Перед одной из дач мы затормозили, водитель пошел открывать ворота (странно и одиноко нависавшие над низеньким штакетником), и мы въехали под брезентовый навес. Что–то мне все это напоминало: и ворота, точно возникшие из воздуха, и навес–гараж, и расположение этих дач, выныривающих из–за поворота навстречу путнику, как мираж, — что–то напоминало детское, милое, незабвенное. Если бы не деревья, не гравий дорожный, не домик, глядящий на нас тесовым крылечком, если бы не человек в шортах, спускающийся с крыльца и машущий нам панамой, если бы не мое паршивое, в общем–то, настроение, я бы, скорее всего, вспомнил. Так остро захотелось вспомнить, догнать, зацепиться крючком памяти за некий проблеск в прошлом. На миг показалось, что это важнее всего — вспомнить, вернуться, отрешиться от происходящей минуты. Но я не вспомнил. Не успел.

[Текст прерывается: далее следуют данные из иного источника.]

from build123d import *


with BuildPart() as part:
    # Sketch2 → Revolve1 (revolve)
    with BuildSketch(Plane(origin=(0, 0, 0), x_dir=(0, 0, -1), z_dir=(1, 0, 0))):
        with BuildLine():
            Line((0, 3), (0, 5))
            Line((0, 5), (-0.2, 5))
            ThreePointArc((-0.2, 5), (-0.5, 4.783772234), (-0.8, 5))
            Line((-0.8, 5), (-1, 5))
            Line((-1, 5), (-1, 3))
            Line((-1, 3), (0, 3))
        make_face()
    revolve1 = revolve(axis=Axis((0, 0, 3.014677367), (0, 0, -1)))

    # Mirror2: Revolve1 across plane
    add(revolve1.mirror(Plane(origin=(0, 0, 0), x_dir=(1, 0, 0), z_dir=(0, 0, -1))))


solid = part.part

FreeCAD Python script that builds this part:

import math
import FreeCAD as App
import Part
import Sketcher

V = App.Vector
Q = App.Units.Quantity

doc = App.newDocument("Part")
body = doc.addObject("PartDesign::Body", "Body")

# Sketch on YZ plane
sketch1 = body.newObject("Sketcher::SketchObject", "Sketch")
sketch1.AttachmentSupport = (doc.getObject("YZ_Plane"), [""])
sketch1.MapMode = "FlatFace"
sketch1.addGeometry([
    Part.LineSegment(V(3, 0, 0), V(5, 0, 0)),  # 0
    Part.LineSegment(V(5, 0, 0), V(5, 0.2, 0)),  # 1
    Part.ArcOfCircle(Part.Circle(V(5.1, 0.5, 0), V(0, 0, 1), 0.316228), math.radians(108.434949), math.radians(251.565051)),  # 2
    Part.LineSegment(V(5, 0.8, 0), V(5, 1, 0)),  # 3
    Part.LineSegment(V(5, 1, 0), V(3, 1, 0)),  # 4
    Part.LineSegment(V(3, 1, 0), V(3, 0, 0)),  # 5
], False)
sketch1.addConstraint([
    Sketcher.Constraint("Coincident", 0, 2, 1, 1),
    Sketcher.Constraint("Coincident", 1, 2, 2, 2),
    Sketcher.Constraint("Coincident", 2, 1, 3, 1),
    Sketcher.Constraint("Coincident", 3, 2, 4, 1),
    Sketcher.Constraint("Coincident", 4, 2, 5, 1),
    Sketcher.Constraint("Coincident", 5, 2, 0, 1),
    Sketcher.Constraint("Horizontal", 0),
    Sketcher.Constraint("Vertical", 1),
    Sketcher.Constraint("Vertical", 3),
    Sketcher.Constraint("Horizontal", 4),
    Sketcher.Constraint("Vertical", 5),
    Sketcher.Constraint("PointOnObject", 0, 2, -1),
    Sketcher.Constraint("Vertical", 1, 2, 2, 1),
    Sketcher.Constraint("Equal", 1, 3),
    Sketcher.Constraint("DistanceX", 0, 1, 0, 2, Q("2 mm")),
    Sketcher.Constraint("DistanceY", 5, 2, 5, 1, Q("1 mm")),
    Sketcher.Constraint("DistanceY", 1, 1, 1, 2, Q("0.2 mm")),
    Sketcher.Constraint("DistanceX", -1, 1, 0, 2, Q("5 mm")),
    Sketcher.Constraint("DistanceX", -1, 1, 2, 3, Q("5.1 mm")),
])
revolution = body.newObject("PartDesign::Revolution", "Revolution")
revolution.Profile = sketch1
revolution.ReferenceAxis = (sketch1, ["V_Axis"])
revolution.Angle = 360
doc.recompute()

mirrored = body.newObject("PartDesign::Mirrored", "Mirrored")
mirrored.Originals = [revolution]
mirrored.MirrorPlane = (doc.getObject("XY_Plane"), [""])
body.Tip = mirrored

doc.recompute()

Сам товарищ Никорук спешил к нам, издавая приветственные возгласы, размахивая панамой. Он кричал: «Привет, московский гость! Привет, дорогой коллега!» — и, пожимая его мощную, властную руку, я сразу почувствовал: вот человек из тех, которые твердо знают, чего хотят. Из–под белесых густых бровей смеялись глаза, в которых не было ничего двоедушного, а была одна лишь торжествующая уверенность, что случилось — сошлись наконец два хороших человека, необходимых друг другу.